When the program was invited to New Jersey, our promise to the state was simple. We would work with our partner universities to help transform their STEM teacher preparation efforts. We would work with local school districts to ensure they, and their students, are getting the STEM teachers they need. And we would help prepare three cohorts of teachers for New Jersey schools.
The success on each of our partner campuses, coupled with the new state teacher preparation regs, demonstrate success on point one. The more than 20 high-need districts currently employing New Jersey Teaching Fellows answer point two. And our commitment to now add a fourth cohort of New Jersey Teaching Fellows to ensure ongoing staffing needs are met moves beyond our promise in point three.

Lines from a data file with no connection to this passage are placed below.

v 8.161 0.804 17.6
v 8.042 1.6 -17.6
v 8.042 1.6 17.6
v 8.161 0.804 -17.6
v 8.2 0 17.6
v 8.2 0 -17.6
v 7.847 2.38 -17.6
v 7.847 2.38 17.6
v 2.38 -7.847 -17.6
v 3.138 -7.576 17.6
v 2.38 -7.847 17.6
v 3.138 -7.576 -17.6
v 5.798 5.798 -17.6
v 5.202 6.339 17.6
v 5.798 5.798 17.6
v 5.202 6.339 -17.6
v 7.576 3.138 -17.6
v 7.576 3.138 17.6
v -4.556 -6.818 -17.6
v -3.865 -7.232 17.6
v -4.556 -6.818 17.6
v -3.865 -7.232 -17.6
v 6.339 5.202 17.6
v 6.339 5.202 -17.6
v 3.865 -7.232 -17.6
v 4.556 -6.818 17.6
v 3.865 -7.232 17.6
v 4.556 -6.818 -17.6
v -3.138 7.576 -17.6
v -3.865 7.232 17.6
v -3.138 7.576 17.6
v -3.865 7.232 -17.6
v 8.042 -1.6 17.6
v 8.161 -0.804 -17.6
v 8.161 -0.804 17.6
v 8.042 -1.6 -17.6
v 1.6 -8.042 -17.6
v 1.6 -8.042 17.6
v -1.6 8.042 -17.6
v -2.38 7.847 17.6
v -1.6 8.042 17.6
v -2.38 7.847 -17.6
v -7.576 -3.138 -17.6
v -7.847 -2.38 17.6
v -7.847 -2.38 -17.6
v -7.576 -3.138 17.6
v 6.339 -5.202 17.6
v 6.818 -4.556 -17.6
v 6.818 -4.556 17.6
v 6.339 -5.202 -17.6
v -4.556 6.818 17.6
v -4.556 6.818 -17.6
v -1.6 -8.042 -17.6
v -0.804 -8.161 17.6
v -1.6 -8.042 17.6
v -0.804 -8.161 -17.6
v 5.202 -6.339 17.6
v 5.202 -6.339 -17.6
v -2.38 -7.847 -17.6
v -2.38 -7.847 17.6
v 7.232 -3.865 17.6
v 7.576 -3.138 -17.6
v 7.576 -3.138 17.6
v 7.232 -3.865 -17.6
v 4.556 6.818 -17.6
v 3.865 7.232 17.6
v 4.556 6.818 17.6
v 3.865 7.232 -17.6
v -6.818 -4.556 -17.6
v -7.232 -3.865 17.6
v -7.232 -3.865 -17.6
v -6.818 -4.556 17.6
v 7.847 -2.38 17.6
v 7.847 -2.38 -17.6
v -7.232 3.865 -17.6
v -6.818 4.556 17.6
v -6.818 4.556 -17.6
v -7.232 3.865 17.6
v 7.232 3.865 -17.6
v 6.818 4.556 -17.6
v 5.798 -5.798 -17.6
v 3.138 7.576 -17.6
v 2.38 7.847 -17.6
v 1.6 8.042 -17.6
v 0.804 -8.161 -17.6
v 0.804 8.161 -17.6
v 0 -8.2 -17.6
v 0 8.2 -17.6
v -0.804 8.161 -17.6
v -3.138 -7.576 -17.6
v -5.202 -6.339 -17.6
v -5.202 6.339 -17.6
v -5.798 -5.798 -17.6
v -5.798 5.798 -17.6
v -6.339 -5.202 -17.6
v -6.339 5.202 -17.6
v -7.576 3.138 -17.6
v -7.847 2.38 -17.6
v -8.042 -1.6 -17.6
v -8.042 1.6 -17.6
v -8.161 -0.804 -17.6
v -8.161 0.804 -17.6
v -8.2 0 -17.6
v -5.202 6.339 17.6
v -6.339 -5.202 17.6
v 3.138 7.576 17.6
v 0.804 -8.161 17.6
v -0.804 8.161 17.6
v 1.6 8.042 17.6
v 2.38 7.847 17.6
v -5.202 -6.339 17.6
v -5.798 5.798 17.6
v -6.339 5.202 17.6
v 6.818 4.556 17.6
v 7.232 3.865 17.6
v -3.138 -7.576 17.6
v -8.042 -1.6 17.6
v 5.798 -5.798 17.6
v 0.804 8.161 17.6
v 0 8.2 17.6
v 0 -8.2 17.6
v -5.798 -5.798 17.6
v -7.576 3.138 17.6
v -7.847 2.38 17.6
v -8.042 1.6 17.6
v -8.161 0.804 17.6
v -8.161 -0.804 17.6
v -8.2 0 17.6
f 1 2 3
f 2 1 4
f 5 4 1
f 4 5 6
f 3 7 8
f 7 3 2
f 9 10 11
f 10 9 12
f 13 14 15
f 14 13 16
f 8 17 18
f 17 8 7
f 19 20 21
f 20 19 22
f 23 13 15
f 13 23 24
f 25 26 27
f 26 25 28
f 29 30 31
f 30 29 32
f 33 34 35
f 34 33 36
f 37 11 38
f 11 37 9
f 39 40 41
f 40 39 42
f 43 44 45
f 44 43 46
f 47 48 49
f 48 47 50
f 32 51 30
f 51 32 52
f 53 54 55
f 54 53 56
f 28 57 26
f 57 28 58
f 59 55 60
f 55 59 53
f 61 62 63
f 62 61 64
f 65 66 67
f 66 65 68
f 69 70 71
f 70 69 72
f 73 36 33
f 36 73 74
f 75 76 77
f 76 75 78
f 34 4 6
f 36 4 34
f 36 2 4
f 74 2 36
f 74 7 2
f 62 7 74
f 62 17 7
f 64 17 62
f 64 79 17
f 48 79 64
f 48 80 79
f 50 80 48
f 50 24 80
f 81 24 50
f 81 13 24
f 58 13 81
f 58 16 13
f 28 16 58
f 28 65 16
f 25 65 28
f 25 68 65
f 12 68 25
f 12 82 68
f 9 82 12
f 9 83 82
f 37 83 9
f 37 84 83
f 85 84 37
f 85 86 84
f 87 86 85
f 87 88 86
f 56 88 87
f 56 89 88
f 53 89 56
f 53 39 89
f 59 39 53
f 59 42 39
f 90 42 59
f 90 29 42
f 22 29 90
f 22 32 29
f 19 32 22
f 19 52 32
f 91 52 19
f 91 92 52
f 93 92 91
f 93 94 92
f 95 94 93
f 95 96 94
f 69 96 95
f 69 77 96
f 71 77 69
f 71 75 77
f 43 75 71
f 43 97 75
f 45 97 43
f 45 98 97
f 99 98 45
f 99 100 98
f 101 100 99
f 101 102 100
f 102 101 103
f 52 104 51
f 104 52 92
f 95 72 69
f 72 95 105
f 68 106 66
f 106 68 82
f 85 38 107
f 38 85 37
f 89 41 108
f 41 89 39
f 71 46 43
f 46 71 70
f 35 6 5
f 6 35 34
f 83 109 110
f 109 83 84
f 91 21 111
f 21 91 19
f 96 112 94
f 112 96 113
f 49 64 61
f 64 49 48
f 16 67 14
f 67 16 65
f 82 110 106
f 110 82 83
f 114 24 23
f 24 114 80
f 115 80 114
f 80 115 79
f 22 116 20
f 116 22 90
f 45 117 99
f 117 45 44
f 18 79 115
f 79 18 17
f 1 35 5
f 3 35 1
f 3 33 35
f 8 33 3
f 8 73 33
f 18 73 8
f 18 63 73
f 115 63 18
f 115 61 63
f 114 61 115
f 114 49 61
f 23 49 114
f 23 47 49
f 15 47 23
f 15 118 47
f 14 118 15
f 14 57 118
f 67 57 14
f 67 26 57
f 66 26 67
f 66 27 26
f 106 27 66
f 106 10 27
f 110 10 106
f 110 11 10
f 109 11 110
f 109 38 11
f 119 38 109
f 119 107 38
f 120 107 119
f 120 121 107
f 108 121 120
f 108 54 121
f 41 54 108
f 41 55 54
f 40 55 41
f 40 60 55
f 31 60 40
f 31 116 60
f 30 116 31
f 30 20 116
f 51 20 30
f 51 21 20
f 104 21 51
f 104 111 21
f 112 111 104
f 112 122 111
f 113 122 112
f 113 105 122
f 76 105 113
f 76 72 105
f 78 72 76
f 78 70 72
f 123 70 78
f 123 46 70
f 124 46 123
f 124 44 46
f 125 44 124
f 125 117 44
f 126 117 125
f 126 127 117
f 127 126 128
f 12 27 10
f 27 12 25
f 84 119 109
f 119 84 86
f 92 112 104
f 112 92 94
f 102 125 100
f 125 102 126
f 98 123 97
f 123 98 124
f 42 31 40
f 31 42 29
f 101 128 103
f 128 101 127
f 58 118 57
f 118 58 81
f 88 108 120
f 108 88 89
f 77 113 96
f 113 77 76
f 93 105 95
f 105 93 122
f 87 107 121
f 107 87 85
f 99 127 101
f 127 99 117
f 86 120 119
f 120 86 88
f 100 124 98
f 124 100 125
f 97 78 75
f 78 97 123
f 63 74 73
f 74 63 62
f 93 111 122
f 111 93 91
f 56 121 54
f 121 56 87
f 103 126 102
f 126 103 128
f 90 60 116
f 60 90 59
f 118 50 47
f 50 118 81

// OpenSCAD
// Parameters
height_mm = 35.2; //[17.6:70.4:0.1]
diameter_mm = 16.4; //[8.2:32.8:0.1]
positive_terminal_height_mm = 1.0; //[0.5:2.0:0.1]
positive_terminal_diameter_mm = 5.0; //[2.5:10.0:0.1]
negative_terminal_recess_mm = 0.0; //[0.0:2.0:0.1]
connect_overlap_mm = 0.8; //[0.5:2.0:0.1]

// Battery - complete geometry
module battery() {
  color("Silver") {
    // Main body
    cylinder(h=height_mm, r=diameter_mm/2, center=true, $fn=64);
    
    // Positive terminal bump
    translate([0, 0, height_mm/2 - connect_overlap_mm])
      cylinder(h=positive_terminal_height_mm, r=positive_terminal_diameter_mm/2, center=true, $fn=32);
    
    // Negative terminal flat
    translate([0, 0, -height_mm/2 + connect_overlap_mm/2])
      cylinder(h=connect_overlap_mm, r=diameter_mm/2, center=true, $fn=64);
    
    // Negative terminal recess (if any)
    if (negative_terminal_recess_mm > 0) {
      difference() {
        cylinder(h=negative_terminal_recess_mm, r=diameter_mm/2, center=true, $fn=64);
        translate([0, 0, -negative_terminal_recess_mm/2])
          cylinder(h=negative_terminal_recess_mm, r=diameter_mm/2 - 1, center=true, $fn=64);
      }
    }
  }
}

// Assembly
module assembly() {
  battery();
}

assembly();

In each Woodrow Wilson Teaching Fellow state, program sustainability is always a non-negotiable. The program is constructed so that outside philanthropy funds the first three years of Teaching Fellows. In New Jersey, we were able to extend that to four. Currently, each of our university partners has identified and committed to a plan to keep the program going on their campuses, whether that be through an increased focus on the clinical experience, a robust mentoring program, or the continuation of a stipended Fellowship program.
It is our hope that the Legislature sees the value this program plays in recruiting and preparing excellent educators, particularly those from disadvantaged groups, who may otherwise have never considered teaching as a profession. It is our hope that we all can see the impact this program is currently having. And it is our hope that the state continues this program, sustaining the New Jersey Teaching Fellows effort and ensuring generations of effective STEM teachers for the state’s high-need schools.